The lines from the start of the records through the one containing "f 102 99 101" are to be transcribed exactly, and nothing else.

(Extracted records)
........

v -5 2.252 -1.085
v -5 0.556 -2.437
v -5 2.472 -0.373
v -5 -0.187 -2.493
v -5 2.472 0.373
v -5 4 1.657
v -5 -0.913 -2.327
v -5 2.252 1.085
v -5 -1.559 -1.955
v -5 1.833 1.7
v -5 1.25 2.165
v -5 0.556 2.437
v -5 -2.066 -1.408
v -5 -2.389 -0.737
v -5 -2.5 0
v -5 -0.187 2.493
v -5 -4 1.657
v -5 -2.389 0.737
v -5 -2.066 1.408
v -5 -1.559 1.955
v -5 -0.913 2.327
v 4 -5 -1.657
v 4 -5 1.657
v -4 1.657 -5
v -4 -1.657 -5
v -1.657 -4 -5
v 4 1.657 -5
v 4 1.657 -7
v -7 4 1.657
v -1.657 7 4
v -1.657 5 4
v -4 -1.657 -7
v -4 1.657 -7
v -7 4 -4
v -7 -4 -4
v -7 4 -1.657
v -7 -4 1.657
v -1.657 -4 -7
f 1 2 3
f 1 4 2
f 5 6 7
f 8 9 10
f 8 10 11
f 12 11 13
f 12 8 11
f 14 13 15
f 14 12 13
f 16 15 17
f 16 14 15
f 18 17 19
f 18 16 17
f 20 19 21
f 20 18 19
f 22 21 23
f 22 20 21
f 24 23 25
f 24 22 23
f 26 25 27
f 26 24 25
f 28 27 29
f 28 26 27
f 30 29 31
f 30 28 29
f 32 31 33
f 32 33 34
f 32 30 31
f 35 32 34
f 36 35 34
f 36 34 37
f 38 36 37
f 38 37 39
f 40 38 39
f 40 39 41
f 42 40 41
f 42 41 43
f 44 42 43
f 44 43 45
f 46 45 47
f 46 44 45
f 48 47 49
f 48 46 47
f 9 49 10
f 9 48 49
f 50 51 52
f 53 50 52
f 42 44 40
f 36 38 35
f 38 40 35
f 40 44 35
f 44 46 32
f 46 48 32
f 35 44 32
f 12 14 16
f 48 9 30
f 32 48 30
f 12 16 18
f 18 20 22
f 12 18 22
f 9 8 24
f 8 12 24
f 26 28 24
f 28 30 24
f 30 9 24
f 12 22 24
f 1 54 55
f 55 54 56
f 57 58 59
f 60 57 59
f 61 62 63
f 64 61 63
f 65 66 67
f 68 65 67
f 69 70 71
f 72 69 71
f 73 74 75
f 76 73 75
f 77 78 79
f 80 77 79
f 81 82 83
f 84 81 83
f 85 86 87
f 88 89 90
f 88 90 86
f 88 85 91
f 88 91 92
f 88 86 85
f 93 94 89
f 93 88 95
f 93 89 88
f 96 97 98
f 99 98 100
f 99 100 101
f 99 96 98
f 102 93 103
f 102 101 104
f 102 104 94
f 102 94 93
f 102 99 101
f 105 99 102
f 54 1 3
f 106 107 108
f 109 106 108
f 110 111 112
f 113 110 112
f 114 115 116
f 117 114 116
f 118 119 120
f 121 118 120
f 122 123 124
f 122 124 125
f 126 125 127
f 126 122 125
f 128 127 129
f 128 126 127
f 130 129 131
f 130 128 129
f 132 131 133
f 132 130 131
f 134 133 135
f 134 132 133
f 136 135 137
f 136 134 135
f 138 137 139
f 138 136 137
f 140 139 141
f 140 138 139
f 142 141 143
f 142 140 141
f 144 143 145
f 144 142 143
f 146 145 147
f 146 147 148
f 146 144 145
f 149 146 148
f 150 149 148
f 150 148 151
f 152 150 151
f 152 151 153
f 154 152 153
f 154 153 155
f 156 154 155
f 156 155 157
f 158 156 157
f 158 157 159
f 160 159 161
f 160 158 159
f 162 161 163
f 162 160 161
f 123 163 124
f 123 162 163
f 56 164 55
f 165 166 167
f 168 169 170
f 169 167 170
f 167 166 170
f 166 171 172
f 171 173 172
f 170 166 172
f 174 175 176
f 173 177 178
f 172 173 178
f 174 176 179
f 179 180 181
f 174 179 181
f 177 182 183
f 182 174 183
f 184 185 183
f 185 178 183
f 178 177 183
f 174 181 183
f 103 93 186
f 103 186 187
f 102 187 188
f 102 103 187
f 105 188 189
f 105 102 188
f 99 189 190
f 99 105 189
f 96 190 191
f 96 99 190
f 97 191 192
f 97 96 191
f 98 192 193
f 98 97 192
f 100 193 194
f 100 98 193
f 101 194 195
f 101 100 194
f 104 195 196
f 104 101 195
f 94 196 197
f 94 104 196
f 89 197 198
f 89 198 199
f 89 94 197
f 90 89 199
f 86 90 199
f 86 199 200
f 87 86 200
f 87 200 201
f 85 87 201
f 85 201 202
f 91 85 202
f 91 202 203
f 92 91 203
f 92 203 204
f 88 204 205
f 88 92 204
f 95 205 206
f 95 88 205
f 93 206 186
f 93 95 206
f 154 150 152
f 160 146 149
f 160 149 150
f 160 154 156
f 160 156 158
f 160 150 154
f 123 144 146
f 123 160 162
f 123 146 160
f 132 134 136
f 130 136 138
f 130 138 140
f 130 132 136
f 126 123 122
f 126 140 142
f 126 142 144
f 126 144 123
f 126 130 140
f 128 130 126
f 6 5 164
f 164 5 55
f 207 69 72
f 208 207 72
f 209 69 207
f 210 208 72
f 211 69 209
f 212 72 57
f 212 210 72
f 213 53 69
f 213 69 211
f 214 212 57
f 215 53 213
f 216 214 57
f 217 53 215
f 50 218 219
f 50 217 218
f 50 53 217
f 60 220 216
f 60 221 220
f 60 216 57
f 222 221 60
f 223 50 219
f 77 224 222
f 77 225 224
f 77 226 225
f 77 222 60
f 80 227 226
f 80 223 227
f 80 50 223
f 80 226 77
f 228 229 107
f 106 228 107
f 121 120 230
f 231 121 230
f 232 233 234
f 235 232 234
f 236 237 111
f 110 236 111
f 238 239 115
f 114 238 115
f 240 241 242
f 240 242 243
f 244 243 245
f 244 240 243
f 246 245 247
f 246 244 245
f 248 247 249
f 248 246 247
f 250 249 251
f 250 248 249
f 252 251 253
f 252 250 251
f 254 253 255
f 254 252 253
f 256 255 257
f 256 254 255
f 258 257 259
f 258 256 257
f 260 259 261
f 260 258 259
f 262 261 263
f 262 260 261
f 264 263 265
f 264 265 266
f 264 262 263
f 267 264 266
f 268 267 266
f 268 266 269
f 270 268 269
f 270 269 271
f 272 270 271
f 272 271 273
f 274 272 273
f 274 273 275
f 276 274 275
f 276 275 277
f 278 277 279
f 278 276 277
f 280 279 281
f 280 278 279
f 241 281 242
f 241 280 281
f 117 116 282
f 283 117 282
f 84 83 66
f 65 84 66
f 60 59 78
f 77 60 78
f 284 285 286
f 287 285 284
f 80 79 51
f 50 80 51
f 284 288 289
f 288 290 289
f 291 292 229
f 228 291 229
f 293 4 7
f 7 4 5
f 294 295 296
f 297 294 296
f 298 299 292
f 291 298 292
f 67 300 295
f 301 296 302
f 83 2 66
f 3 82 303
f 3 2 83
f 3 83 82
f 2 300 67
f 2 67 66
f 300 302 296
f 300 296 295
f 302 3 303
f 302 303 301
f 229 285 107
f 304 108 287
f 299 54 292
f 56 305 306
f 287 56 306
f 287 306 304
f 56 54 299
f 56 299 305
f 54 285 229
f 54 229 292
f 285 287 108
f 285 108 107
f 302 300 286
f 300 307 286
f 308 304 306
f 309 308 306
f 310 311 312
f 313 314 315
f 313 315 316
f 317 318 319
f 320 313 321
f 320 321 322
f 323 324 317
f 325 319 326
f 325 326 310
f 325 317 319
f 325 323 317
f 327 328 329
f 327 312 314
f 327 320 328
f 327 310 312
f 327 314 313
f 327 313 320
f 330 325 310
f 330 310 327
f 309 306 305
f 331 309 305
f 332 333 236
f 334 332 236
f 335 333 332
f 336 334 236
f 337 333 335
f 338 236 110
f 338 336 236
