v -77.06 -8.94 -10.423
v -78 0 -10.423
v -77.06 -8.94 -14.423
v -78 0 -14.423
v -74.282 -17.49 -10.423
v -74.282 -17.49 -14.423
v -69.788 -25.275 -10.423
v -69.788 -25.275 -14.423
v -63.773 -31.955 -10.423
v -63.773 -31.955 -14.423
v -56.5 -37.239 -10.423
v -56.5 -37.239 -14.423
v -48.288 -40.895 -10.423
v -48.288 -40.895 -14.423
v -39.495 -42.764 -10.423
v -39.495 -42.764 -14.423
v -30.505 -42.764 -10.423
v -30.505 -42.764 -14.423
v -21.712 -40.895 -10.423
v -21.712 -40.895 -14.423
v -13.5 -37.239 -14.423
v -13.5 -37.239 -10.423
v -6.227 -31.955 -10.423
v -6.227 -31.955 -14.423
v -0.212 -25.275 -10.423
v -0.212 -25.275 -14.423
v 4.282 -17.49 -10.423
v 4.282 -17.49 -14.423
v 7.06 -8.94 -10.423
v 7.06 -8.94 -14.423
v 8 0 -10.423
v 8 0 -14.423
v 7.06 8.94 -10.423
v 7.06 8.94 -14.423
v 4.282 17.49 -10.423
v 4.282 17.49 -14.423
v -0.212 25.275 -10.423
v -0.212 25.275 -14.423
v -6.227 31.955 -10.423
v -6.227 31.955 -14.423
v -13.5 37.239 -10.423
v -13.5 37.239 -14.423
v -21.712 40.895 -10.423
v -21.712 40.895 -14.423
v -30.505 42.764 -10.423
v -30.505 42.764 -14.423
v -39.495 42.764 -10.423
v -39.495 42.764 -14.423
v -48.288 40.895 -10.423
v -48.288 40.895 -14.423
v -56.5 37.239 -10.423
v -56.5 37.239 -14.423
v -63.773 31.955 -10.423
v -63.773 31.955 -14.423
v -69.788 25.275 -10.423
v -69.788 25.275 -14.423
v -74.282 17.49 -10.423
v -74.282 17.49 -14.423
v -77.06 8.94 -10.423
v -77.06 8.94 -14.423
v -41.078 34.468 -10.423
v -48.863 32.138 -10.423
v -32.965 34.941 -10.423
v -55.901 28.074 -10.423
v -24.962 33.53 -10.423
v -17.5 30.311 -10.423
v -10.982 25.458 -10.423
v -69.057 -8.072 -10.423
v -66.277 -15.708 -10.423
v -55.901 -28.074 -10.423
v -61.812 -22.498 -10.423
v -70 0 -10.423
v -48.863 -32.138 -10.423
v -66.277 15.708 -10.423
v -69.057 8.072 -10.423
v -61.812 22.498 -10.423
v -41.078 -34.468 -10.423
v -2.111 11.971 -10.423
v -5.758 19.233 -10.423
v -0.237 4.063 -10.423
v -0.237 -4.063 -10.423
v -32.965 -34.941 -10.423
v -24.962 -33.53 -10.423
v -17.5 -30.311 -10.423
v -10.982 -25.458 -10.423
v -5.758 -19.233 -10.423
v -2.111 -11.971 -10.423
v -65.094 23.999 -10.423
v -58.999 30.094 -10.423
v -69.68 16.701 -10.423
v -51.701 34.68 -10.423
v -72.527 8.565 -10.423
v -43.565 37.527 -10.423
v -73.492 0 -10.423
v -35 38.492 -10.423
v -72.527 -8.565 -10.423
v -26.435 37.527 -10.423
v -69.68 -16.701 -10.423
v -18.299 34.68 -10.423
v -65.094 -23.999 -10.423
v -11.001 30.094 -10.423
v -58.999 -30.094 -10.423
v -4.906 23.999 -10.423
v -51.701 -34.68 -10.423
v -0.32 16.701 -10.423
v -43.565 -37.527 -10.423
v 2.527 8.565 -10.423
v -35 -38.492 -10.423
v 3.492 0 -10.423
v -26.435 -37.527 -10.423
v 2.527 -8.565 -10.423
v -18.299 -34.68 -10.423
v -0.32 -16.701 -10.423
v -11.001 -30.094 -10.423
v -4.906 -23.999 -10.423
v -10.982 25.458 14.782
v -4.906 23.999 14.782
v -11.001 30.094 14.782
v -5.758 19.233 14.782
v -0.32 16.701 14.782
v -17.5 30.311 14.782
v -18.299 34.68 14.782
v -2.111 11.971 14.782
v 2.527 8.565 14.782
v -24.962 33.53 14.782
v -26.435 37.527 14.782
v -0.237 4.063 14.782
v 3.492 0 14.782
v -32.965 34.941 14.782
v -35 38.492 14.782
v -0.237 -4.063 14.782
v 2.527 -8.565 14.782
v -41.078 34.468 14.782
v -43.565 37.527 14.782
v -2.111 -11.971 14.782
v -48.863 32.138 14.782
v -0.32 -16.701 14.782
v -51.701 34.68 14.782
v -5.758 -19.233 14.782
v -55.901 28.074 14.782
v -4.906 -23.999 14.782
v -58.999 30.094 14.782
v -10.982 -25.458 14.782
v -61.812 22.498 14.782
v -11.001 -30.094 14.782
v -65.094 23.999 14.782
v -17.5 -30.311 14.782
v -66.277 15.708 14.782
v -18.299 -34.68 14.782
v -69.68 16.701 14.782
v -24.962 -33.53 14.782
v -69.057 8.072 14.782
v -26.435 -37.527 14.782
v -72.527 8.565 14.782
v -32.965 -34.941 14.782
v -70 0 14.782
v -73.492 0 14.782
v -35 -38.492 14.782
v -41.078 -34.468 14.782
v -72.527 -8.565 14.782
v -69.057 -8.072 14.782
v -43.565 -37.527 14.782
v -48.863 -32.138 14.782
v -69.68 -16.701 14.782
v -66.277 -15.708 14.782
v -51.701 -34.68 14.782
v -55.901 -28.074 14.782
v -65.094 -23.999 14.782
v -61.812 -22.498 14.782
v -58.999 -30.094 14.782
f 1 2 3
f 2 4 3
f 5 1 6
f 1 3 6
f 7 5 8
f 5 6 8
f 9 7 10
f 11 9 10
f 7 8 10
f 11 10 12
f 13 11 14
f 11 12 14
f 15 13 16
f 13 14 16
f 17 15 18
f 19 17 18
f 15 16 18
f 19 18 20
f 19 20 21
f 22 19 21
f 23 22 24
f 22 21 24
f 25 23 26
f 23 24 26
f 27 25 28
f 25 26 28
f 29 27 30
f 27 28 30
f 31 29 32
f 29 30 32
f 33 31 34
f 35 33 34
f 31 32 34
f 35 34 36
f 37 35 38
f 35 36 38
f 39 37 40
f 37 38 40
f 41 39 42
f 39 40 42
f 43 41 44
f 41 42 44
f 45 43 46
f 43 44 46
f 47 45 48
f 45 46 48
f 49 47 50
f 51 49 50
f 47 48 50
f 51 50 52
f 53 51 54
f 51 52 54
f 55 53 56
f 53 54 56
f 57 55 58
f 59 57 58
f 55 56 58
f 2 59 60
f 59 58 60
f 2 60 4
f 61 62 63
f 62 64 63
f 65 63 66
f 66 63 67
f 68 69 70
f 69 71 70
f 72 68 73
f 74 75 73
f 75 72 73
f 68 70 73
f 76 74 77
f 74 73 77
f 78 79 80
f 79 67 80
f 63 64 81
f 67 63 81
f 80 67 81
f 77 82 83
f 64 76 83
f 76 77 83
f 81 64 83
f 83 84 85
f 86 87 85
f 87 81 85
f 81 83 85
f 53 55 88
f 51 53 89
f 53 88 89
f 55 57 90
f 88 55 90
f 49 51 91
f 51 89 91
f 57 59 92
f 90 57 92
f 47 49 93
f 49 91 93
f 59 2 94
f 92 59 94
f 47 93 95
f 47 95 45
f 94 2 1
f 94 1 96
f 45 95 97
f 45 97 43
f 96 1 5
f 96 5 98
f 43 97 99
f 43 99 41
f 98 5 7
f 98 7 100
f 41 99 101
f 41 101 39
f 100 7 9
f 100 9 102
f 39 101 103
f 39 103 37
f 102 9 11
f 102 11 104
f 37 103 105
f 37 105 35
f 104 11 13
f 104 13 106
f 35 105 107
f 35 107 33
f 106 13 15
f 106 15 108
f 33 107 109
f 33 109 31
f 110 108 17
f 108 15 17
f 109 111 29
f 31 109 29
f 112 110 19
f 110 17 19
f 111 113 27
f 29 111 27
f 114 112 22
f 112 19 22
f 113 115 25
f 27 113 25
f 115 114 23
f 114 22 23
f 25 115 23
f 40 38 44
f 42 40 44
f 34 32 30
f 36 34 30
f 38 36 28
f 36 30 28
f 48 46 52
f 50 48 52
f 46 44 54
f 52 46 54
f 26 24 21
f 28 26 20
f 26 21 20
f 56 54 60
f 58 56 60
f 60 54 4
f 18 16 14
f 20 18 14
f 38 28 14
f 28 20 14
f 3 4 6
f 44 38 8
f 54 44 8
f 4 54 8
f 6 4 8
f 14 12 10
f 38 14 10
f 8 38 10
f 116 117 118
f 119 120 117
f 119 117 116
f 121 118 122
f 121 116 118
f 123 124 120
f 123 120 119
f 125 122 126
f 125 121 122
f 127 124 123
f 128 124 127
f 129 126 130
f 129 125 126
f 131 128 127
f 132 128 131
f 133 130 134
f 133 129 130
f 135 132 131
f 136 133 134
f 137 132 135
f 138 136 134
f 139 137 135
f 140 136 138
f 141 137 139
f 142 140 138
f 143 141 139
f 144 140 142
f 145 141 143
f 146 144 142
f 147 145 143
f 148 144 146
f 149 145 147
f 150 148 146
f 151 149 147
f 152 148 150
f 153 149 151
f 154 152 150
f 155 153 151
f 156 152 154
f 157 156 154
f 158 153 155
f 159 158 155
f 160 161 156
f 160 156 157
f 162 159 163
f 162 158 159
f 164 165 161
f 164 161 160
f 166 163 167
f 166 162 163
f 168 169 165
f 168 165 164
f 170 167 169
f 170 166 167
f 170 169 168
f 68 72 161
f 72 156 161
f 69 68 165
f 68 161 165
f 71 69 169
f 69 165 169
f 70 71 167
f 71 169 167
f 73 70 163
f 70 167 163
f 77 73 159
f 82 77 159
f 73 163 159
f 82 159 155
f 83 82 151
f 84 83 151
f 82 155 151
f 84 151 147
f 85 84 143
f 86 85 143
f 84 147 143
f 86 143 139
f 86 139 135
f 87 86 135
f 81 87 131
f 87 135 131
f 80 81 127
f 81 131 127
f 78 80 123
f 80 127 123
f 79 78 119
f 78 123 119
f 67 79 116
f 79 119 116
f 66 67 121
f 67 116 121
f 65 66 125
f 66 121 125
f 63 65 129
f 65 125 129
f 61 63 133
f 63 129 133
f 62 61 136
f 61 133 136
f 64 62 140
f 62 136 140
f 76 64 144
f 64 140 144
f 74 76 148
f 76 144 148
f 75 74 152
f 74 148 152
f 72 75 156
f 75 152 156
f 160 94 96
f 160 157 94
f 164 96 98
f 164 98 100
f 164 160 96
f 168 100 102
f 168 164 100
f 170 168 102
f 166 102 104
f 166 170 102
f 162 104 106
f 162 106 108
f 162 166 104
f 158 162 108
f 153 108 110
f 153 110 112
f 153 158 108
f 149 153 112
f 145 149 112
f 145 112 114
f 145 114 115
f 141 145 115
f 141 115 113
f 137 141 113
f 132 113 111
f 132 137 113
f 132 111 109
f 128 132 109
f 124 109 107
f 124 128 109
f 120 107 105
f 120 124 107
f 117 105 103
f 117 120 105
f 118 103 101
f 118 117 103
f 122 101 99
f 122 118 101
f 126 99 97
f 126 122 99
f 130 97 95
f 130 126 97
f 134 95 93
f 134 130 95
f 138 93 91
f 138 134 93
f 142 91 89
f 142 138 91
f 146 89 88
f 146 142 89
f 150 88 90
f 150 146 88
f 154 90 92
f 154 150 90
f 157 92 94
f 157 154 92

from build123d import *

# Parameters (mm, degrees)
F0_W   = 21.5
F0_H   = 4
F0_W_2 = 13.5
F0_W_3 = 3.492
F0_H_2 = 25.2048466533


# Not quite as in the source:
# - a feature names something its author has since deleted; it is built from what else it names


with BuildPart() as f1:
    # F0 (on Front) → F1 (revolve)
    with BuildSketch(Plane.XZ):
        with Locations((-59.25, -12.4232914925)):
            Rectangle(F0_W, F0_H)
        with Locations((-41.75, -12.4232914925)):
            Rectangle(F0_W_2, F0_H)
        with Locations((-71.746, 2.1791318342)):
            Rectangle(F0_W_3, F0_H_2)
        Polygon((-78, -14.4232914925), (-70, -14.4232914925), (-70, -10.4232914925), (-73.492, -10.4232914925), (-74, -10.4232914925), (-78, -10.4232914925), align=None)
    revolve(axis=Axis((-35, 0, -12.4232914925), (0, 0, 1)))


solid = f1.part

........

▶ Task answer
v -5 2.252 -1.085
v -5 0.556 -2.437
v -5 2.472 -0.373
v -5 -0.187 -2.493
v -5 2.472 0.373
v -5 4 1.657
v -5 -0.913 -2.327
v -5 2.252 1.085
v -5 -1.559 -1.955
v -5 1.833 1.7
v -5 1.25 2.165
v -5 0.556 2.437
v -5 -2.066 -1.408
v -5 -2.389 -0.737
v -5 -2.5 0
v -5 -0.187 2.493
v -5 -4 1.657
v -5 -2.389 0.737
v -5 -2.066 1.408
v -5 -1.559 1.955
v -5 -0.913 2.327
v 4 -5 -1.657
v 4 -5 1.657
v -4 1.657 -5
v -4 -1.657 -5
v -1.657 -4 -5
v 4 1.657 -5
v 4 1.657 -7
v -7 4 1.657
v -1.657 7 4
v -1.657 5 4
v -4 -1.657 -7
v -4 1.657 -7
v -7 4 -4
v -7 -4 -4
v -7 4 -1.657
v -7 -4 1.657
v -1.657 -4 -7
f 1 2 3
f 1 4 2
f 5 6 7
f 8 9 10
f 8 10 11
f 12 11 13
f 12 8 11
f 14 13 15
f 14 12 13
f 16 15 17
f 16 14 15
f 18 17 19
f 18 16 17
f 20 19 21
f 20 18 19
f 22 21 23
f 22 20 21
f 24 23 25
f 24 22 23
f 26 25 27
f 26 24 25
f 28 27 29
f 28 26 27
f 30 29 31
f 30 28 29
f 32 31 33
f 32 33 34
f 32 30 31
f 35 32 34
f 36 35 34
f 36 34 37
f 38 36 37
f 38 37 39
f 40 38 39
f 40 39 41
f 42 40 41
f 42 41 43
f 44 42 43
f 44 43 45
f 46 45 47
f 46 44 45
f 48 47 49
f 48 46 47
f 9 49 10
f 9 48 49
f 50 51 52
f 53 50 52
f 42 44 40
f 36 38 35
f 38 40 35
f 40 44 35
f 44 46 32
f 46 48 32
f 35 44 32
f 12 14 16
f 48 9 30
f 32 48 30
f 12 16 18
f 18 20 22
f 12 18 22
f 9 8 24
f 8 12 24
f 26 28 24
f 28 30 24
f 30 9 24
f 12 22 24
f 1 54 55
f 55 54 56
f 57 58 59
f 60 57 59
f 61 62 63
f 64 61 63
f 65 66 67
f 68 65 67
f 69 70 71
f 72 69 71
f 73 74 75
f 76 73 75
f 77 78 79
f 80 77 79
f 81 82 83
f 84 81 83
f 85 86 87
f 88 89 90
f 88 90 86
f 88 85 91
f 88 91 92
f 88 86 85
f 93 94 89
f 93 88 95
f 93 89 88
f 96 97 98
f 99 98 100
f 99 100 101
f 99 96 98
f 102 93 103
f 102 101 104
f 102 104 94
f 102 94 93
f 102 99 101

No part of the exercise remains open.